§ **YOUR INSTRUCTIONS**:
Among the lines below, take the one holding "f 377 378 664", the one holding "f 661 375 374", and all lines between them. Set them down exactly.

Dataset entries:
....

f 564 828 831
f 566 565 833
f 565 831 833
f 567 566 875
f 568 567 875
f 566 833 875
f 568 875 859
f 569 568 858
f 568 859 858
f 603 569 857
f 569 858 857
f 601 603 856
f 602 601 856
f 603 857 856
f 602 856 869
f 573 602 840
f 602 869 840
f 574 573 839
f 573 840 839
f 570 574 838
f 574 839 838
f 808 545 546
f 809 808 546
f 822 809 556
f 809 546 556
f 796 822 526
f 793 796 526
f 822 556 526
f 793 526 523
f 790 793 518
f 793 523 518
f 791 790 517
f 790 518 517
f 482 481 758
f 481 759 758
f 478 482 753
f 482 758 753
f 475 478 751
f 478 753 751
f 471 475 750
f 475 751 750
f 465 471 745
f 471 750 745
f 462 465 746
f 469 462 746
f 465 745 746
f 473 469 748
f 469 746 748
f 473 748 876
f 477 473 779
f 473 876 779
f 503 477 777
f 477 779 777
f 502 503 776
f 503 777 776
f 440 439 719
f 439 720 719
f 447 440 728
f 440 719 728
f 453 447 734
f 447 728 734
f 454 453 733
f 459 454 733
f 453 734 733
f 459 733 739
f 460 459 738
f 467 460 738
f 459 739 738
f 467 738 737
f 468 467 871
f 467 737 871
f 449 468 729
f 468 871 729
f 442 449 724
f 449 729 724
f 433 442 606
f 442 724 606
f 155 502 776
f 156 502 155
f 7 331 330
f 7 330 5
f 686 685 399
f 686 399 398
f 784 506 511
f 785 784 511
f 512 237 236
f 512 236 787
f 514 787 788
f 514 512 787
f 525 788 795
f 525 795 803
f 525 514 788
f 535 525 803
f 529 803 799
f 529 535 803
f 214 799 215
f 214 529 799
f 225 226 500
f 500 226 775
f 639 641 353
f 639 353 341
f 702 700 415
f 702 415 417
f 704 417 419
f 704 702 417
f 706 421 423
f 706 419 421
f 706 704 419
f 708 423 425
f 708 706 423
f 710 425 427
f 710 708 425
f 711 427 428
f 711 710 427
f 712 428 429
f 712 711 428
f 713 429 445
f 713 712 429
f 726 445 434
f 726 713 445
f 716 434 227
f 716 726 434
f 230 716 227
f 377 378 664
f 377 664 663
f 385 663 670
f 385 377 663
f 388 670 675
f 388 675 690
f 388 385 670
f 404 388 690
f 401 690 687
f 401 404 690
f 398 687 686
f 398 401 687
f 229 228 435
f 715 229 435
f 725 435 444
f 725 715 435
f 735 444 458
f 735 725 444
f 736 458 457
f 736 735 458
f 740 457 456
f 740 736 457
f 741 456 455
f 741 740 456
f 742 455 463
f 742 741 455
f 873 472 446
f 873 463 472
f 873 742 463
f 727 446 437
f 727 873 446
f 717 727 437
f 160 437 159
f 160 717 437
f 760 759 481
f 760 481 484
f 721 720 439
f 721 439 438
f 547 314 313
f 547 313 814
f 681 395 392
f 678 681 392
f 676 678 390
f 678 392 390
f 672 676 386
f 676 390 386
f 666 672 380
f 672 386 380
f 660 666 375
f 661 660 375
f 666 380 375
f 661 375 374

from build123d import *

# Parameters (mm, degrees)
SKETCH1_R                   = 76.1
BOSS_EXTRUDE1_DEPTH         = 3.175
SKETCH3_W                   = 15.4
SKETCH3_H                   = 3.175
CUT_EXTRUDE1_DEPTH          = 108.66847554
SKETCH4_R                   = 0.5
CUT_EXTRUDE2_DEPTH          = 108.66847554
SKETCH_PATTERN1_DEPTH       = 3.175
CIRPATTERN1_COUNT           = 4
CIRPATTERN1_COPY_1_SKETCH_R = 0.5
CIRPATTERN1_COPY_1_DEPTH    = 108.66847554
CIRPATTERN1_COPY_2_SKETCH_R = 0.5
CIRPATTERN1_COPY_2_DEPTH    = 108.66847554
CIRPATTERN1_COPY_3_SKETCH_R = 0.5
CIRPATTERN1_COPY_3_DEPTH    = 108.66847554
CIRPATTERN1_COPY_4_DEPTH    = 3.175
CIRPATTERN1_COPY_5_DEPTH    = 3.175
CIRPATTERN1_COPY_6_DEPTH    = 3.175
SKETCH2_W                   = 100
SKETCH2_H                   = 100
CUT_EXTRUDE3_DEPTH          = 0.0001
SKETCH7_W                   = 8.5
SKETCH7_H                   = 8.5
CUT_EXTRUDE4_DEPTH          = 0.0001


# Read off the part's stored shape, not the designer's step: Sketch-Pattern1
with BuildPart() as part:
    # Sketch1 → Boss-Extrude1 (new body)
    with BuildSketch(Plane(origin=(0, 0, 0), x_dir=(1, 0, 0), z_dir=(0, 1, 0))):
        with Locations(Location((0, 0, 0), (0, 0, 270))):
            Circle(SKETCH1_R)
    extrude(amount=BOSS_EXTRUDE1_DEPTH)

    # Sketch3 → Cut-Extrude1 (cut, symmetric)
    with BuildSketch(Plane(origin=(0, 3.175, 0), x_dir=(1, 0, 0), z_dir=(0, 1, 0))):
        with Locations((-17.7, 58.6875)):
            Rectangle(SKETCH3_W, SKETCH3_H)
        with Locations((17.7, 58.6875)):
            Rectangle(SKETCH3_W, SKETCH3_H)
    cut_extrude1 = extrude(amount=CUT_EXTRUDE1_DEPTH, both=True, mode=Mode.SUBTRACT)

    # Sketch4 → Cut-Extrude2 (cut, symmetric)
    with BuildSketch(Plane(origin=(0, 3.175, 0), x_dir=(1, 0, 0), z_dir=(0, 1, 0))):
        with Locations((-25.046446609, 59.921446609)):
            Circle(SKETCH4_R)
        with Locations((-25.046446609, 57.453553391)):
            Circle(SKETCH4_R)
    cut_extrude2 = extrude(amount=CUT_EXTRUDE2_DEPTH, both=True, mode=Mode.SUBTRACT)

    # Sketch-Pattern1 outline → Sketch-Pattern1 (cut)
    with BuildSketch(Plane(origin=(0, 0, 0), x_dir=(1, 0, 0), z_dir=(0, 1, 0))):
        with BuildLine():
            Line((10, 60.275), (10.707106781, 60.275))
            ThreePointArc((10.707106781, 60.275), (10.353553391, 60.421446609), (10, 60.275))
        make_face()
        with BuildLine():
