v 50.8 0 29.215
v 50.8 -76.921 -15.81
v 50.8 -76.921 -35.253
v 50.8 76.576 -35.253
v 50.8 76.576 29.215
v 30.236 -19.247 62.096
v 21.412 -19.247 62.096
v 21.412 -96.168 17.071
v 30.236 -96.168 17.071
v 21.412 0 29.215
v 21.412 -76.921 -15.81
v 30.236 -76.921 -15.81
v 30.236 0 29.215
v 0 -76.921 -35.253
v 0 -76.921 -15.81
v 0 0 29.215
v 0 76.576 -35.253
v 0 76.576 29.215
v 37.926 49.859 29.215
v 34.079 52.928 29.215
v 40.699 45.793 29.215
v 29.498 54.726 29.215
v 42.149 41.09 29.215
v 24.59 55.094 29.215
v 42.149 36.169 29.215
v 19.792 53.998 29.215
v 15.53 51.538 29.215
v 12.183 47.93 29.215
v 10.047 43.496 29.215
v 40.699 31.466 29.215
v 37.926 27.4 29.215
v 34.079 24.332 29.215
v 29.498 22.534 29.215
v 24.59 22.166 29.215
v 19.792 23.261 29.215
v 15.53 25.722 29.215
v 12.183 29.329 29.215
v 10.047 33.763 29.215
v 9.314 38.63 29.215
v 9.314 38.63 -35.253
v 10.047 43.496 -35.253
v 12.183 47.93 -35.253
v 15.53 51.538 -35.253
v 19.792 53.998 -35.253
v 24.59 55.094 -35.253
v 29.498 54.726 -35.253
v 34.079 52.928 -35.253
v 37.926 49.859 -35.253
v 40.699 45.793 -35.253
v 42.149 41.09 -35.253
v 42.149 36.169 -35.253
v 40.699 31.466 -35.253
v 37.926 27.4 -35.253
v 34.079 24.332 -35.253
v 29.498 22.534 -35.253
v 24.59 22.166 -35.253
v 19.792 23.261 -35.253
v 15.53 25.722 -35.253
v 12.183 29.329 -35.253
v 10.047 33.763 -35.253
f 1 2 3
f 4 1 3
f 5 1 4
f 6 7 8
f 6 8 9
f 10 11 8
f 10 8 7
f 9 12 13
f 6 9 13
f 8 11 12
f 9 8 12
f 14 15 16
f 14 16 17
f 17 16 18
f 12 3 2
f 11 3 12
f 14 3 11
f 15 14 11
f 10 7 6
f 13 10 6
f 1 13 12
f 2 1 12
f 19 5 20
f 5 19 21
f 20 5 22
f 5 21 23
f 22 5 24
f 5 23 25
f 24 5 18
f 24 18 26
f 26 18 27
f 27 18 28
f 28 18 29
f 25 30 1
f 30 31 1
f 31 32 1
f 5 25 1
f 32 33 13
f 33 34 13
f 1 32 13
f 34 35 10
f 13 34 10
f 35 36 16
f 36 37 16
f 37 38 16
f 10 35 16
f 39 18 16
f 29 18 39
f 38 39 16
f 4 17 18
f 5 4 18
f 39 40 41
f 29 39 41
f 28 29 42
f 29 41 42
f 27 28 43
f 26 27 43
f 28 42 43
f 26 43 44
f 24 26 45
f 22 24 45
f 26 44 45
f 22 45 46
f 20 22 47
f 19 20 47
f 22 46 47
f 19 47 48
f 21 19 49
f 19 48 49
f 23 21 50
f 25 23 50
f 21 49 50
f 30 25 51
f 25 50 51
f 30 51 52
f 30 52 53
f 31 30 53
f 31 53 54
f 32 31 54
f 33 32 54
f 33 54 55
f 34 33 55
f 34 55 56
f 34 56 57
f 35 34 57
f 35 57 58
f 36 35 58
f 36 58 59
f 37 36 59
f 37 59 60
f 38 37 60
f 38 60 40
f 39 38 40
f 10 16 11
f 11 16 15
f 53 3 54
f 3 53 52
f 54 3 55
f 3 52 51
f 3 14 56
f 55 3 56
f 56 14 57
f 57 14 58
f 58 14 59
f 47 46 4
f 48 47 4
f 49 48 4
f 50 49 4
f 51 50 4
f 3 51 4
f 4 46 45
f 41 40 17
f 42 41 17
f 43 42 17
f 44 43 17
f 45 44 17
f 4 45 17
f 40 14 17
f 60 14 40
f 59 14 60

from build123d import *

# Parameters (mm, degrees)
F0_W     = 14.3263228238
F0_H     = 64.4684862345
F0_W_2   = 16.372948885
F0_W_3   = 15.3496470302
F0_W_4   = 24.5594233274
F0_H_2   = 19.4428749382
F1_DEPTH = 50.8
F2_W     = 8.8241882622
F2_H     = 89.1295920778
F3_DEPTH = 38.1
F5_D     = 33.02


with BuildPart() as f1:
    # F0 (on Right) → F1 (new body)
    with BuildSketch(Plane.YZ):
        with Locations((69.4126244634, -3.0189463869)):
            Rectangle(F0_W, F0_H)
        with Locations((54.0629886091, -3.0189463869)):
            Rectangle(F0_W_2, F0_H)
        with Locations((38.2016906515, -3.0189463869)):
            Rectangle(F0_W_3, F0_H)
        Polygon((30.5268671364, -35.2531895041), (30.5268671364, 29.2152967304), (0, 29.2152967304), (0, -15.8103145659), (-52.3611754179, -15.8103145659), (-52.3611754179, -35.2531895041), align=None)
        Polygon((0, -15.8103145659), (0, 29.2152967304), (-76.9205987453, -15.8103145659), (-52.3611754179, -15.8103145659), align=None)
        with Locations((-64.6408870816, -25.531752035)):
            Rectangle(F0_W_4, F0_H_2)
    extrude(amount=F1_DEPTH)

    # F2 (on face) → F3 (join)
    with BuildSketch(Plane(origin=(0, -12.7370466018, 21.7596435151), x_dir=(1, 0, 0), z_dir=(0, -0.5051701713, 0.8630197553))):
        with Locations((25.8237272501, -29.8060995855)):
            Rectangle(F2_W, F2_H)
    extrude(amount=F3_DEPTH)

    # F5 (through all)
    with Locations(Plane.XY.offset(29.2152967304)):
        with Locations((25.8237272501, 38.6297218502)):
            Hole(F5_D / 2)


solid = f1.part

....

§ **RESPONSE AREA**:
f 377 378 664
f 377 664 663
f 385 663 670
f 385 377 663
f 388 670 675
f 388 675 690
f 388 385 670
f 404 388 690
f 401 690 687
f 401 404 690
f 398 687 686
f 398 401 687
f 229 228 435
f 715 229 435
f 725 435 444
f 725 715 435
f 735 444 458
f 735 725 444
f 736 458 457
f 736 735 458
f 740 457 456
f 740 736 457
f 741 456 455
f 741 740 456
f 742 455 463
f 742 741 455
f 873 472 446
f 873 463 472
f 873 742 463
f 727 446 437
f 727 873 446
f 717 727 437
f 160 437 159
f 160 717 437
f 760 759 481
f 760 481 484
f 721 720 439
f 721 439 438
f 547 314 313
f 547 313 814
f 681 395 392
f 678 681 392
f 676 678 390
f 678 392 390
f 672 676 386
f 676 390 386
f 666 672 380
f 672 386 380
f 660 666 375
f 661 660 375
f 666 380 375
f 661 375 374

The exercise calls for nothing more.